## Bayesian synthetic likelihood [a reply from the authors]

*[Following my comments on the Bayesian synthetic likelihood paper in JGCS, the authors sent me the following reply by Leah South (previously Leah Price).]*

Thanks Christian for your comments!

The pseudo-marginal idea is useful here because it tells us that in the ideal case in which the model statistic is normal and if we use the unbiased density estimator of the normal then we have an MCMC algorithm that converges to the same target regardless of the value of n (number of model simulations per MCMC iteration). It is true that the bias reappears in the case of misspecification. We found that the target based on the simple plug-in Gaussian density was also remarkably insensitive to n. Given this insensitivity, we consider calling again on the pseudo-marginal literature to offer guidance in choosing n to minimise computational effort and we recommend the use of the plug-in Gaussian density in BSL because it is simpler to implement.

“I am also lost to the argument that the synthetic version is more efficient than ABC, in general”

Given the parametric approximation to the summary statistic likelihood, we expect BSL to be computationally more efficient than ABC. We show this is the case theoretically in a toy example in the paper and find empirically on a number of examples that BSL is more computationally efficient, but we agree that further analysis would be of interest.

The concept of using random forests to handle additional summary statistics is interesting and useful.
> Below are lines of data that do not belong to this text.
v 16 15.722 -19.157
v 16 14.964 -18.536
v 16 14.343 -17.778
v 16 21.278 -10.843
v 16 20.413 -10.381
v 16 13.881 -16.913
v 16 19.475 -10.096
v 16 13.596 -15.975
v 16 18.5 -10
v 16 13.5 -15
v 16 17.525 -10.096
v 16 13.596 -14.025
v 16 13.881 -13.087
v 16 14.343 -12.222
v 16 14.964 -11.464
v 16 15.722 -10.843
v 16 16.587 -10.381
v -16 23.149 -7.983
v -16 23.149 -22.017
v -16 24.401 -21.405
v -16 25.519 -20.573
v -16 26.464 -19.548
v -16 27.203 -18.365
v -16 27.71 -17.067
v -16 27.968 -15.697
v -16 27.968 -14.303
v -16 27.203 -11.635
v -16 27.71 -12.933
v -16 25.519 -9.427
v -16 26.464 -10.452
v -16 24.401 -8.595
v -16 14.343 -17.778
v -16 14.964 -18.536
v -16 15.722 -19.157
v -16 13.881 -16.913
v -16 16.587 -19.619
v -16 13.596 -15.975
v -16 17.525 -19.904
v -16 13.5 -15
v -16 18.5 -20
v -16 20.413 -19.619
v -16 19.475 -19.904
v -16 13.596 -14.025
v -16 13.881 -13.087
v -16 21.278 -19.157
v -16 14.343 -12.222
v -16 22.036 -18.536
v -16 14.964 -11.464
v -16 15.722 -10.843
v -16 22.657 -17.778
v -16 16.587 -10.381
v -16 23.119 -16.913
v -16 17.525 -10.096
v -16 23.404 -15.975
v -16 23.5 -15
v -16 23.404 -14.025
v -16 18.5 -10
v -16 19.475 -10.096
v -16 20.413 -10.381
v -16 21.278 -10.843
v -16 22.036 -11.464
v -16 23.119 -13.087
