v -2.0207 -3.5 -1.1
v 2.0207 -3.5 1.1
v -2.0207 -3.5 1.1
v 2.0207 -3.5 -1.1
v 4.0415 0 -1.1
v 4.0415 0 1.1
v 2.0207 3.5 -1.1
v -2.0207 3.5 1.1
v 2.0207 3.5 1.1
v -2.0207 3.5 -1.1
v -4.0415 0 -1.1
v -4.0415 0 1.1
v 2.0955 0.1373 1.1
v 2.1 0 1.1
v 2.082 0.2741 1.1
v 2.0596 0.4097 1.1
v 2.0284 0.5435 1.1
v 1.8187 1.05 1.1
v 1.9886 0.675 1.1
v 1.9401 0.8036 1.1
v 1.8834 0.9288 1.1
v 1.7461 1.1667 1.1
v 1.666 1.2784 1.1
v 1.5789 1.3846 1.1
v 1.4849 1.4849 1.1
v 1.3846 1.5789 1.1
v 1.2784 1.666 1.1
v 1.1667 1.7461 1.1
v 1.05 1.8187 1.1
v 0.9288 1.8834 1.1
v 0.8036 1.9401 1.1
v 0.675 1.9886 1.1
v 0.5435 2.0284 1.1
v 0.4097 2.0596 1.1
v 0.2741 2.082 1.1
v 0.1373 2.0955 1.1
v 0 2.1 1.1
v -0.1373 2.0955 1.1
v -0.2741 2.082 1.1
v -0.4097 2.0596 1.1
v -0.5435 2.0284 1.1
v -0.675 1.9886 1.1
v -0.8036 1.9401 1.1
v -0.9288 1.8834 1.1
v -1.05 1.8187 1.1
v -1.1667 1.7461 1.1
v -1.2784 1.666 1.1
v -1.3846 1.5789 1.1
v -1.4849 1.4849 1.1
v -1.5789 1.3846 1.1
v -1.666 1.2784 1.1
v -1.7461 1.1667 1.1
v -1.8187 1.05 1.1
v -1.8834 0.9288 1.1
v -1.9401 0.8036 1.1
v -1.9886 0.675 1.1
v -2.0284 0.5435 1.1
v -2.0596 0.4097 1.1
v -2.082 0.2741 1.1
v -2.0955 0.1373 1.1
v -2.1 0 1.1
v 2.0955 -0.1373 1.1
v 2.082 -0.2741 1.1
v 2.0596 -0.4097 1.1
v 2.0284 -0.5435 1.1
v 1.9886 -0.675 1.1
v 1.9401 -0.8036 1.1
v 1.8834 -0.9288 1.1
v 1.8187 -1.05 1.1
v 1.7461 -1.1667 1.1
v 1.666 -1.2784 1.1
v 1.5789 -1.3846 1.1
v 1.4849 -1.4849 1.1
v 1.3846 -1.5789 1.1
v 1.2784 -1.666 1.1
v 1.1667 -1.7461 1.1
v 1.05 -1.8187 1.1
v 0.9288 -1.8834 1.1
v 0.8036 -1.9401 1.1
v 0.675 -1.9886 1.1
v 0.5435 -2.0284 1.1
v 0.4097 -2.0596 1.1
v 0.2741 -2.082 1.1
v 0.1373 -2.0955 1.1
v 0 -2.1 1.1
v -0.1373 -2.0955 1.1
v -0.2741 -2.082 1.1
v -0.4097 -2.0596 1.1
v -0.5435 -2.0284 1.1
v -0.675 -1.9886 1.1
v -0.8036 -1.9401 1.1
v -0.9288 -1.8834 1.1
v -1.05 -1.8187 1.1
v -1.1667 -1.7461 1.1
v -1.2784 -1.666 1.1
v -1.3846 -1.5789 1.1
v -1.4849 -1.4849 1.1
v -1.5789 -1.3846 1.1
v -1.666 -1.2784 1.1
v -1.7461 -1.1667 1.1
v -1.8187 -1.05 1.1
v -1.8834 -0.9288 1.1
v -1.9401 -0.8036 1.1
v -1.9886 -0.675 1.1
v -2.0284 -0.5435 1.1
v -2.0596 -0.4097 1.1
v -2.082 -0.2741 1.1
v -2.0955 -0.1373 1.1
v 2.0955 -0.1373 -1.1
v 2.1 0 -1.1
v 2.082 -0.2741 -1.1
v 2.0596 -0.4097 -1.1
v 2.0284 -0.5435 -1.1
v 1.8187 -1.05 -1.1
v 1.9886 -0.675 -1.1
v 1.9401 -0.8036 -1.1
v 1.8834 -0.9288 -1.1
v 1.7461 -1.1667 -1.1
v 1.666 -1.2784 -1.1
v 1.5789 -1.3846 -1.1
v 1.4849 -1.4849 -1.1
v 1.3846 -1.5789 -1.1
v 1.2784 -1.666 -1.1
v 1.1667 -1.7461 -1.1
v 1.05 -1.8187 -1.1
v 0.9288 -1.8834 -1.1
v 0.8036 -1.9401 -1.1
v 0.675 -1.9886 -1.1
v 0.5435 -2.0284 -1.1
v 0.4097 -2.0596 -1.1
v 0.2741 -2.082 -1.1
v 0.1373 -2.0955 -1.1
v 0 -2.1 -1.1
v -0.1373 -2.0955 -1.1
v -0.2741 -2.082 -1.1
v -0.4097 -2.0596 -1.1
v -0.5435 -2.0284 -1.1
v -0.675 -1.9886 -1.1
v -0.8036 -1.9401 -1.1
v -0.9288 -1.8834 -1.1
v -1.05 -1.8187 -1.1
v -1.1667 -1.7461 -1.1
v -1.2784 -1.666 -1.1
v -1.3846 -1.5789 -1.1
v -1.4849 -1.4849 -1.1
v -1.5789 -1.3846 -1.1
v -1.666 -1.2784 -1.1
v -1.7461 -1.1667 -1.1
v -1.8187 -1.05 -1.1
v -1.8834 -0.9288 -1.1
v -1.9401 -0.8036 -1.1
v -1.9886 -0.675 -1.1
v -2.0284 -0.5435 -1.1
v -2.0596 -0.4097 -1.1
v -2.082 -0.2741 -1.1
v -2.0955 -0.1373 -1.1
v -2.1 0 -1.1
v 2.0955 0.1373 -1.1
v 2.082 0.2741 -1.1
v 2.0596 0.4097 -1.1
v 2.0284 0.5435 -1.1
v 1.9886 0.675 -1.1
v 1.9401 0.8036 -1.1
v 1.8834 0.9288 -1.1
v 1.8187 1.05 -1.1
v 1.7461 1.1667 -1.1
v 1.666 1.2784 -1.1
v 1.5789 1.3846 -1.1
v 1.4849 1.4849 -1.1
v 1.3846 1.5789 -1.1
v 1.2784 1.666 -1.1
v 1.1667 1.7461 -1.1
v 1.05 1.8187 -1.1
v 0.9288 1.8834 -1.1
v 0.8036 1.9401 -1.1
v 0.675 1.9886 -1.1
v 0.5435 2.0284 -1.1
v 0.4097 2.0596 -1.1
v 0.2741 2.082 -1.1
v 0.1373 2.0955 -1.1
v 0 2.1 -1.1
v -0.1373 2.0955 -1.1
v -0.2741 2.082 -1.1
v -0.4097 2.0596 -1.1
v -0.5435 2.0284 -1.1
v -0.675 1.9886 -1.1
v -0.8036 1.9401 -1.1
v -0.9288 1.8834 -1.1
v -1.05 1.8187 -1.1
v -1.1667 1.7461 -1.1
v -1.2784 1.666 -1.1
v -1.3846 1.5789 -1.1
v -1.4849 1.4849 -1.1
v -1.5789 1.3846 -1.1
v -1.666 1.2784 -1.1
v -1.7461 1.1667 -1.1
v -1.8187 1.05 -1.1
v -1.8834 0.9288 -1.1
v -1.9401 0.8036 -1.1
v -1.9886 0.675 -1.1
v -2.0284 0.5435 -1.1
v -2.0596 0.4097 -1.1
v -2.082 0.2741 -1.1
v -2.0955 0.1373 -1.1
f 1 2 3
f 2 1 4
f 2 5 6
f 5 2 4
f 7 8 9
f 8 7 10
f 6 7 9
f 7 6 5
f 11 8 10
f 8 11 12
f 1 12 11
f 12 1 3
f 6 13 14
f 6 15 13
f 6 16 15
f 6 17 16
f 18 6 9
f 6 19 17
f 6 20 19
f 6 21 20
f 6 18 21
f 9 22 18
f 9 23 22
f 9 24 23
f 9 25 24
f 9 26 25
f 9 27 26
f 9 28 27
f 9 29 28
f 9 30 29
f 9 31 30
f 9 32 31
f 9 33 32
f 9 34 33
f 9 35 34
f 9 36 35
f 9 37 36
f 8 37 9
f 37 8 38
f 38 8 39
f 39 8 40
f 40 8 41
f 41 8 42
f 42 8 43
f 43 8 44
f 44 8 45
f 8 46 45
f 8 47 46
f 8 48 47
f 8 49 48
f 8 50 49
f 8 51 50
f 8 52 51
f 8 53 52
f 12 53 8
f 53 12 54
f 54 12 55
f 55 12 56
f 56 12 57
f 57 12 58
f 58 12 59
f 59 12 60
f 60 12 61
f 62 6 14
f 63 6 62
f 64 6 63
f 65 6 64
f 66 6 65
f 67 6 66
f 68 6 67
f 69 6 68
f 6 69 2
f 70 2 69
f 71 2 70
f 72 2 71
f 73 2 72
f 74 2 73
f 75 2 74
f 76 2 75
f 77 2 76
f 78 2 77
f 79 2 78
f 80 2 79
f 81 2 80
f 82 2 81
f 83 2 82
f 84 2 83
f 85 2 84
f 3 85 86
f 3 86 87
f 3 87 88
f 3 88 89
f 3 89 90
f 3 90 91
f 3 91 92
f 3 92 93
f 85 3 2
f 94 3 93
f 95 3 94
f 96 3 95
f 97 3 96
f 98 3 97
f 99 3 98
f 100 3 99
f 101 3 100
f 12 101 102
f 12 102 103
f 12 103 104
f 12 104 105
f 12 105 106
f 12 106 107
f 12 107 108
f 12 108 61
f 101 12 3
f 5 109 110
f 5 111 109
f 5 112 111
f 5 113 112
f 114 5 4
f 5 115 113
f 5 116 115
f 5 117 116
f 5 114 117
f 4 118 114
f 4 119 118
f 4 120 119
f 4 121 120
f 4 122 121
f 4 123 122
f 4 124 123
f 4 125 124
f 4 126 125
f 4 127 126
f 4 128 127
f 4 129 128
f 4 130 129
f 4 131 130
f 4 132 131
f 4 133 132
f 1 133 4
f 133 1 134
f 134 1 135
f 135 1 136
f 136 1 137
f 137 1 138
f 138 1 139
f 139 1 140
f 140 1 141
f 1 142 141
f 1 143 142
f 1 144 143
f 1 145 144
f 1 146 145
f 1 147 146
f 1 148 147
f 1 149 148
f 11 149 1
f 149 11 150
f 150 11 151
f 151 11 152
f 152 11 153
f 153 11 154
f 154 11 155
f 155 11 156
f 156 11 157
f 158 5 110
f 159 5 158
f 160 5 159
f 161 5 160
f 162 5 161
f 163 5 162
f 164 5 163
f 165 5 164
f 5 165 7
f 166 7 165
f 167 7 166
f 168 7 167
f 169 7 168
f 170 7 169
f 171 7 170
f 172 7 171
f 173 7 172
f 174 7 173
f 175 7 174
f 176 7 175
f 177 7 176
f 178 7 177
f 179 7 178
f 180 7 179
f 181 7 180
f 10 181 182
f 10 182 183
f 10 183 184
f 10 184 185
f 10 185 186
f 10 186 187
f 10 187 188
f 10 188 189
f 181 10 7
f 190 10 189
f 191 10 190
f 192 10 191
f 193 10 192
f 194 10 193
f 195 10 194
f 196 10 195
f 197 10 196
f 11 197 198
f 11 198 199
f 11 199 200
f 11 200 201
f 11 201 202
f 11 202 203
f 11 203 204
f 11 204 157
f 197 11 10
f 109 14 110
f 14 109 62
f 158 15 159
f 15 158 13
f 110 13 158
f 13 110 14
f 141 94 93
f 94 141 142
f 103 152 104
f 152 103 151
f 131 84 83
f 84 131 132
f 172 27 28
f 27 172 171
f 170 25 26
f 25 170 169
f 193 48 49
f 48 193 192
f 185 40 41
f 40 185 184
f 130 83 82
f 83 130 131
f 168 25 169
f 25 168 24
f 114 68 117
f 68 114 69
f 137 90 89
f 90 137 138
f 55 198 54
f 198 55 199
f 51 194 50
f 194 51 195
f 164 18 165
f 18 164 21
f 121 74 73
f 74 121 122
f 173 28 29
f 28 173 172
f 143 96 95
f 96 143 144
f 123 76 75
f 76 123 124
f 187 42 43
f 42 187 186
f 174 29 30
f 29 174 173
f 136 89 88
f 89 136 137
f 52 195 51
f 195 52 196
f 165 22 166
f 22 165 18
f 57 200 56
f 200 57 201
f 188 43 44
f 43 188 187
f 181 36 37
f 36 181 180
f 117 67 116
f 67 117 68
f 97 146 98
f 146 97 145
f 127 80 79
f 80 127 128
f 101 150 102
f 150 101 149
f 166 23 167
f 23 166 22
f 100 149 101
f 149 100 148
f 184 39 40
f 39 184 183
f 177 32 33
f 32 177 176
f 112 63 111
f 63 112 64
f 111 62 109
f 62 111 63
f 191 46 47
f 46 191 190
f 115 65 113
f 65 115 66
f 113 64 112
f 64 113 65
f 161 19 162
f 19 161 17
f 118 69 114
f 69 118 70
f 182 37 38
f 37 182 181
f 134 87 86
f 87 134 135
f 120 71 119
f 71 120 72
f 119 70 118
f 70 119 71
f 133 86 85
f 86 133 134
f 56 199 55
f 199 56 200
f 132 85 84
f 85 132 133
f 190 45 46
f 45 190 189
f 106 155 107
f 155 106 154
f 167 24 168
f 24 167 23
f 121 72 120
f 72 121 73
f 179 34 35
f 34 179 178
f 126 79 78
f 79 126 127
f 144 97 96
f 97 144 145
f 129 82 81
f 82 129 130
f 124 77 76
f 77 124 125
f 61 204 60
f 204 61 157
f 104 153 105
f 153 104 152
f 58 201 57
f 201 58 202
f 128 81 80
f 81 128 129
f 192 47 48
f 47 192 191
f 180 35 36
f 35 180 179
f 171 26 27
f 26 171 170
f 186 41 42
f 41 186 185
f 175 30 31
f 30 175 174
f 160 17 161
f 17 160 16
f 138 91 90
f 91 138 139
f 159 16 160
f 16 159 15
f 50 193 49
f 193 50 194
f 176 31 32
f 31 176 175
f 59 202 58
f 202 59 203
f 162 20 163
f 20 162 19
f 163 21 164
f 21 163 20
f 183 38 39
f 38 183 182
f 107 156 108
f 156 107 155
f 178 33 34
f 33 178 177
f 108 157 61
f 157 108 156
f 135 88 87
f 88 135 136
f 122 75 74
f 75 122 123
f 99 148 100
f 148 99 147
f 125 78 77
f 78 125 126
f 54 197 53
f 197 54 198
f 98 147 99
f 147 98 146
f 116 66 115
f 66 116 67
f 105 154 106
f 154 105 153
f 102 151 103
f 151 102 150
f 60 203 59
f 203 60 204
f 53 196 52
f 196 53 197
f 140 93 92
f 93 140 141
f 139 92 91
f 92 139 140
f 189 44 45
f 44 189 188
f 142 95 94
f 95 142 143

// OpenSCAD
// Thin hex nut: 4.0mm screw clearance, 7.0mm across flats, 2.2mm thick

af = 7.0;          // across flats (mm)
thk = 2.2;         // thickness (mm)
hole_d = 4.0;      // through-hole diameter (mm)
clearance = 0.2;   // small extra clearance (mm)

$fn = 96;

module hex_nut(af, thk, hole_d) {
    // For a 6-sided cylinder, OpenSCAD's r is circumradius.
    // Across flats = 2 * r * cos(30)  =>  r = af / (2*cos(30))
    r_hex = af / (2 * cos(30));

    difference() {
        // Centered body for robust boolean ops and easy verification
        cylinder(h = thk, r = r_hex, $fn = 6, center = true);

        // Through-hole, extended beyond thickness to guarantee a clean cut
        cylinder(h = thk + 2, r = (hole_d + clearance) / 2, $fn = 96, center = true);
    }
}

hex_nut(af, thk, hole_d);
BSL was able to utilise all the information in the high dimensional summary statistics that we considered rather than resorting to dimension reduction (implying a loss of information), and we believe that is a benefit of BSL over standard ABC. Further, in high-dimensional parameter applications the summary statistic dimension will necessarily be large even if there is one statistic per parameter. BSL can be very useful in such problems. In fact we have done some work on exactly this, combining variational Bayes with synthetic likelihood.

Another benefit of BSL is that it is easier to tune (there are fewer tuning parameters and the BSL target is highly insensitive to n). Surprisingly, BSL performs reasonably well when the summary statistics are not normally distributed — as long as they aren’t highly irregular!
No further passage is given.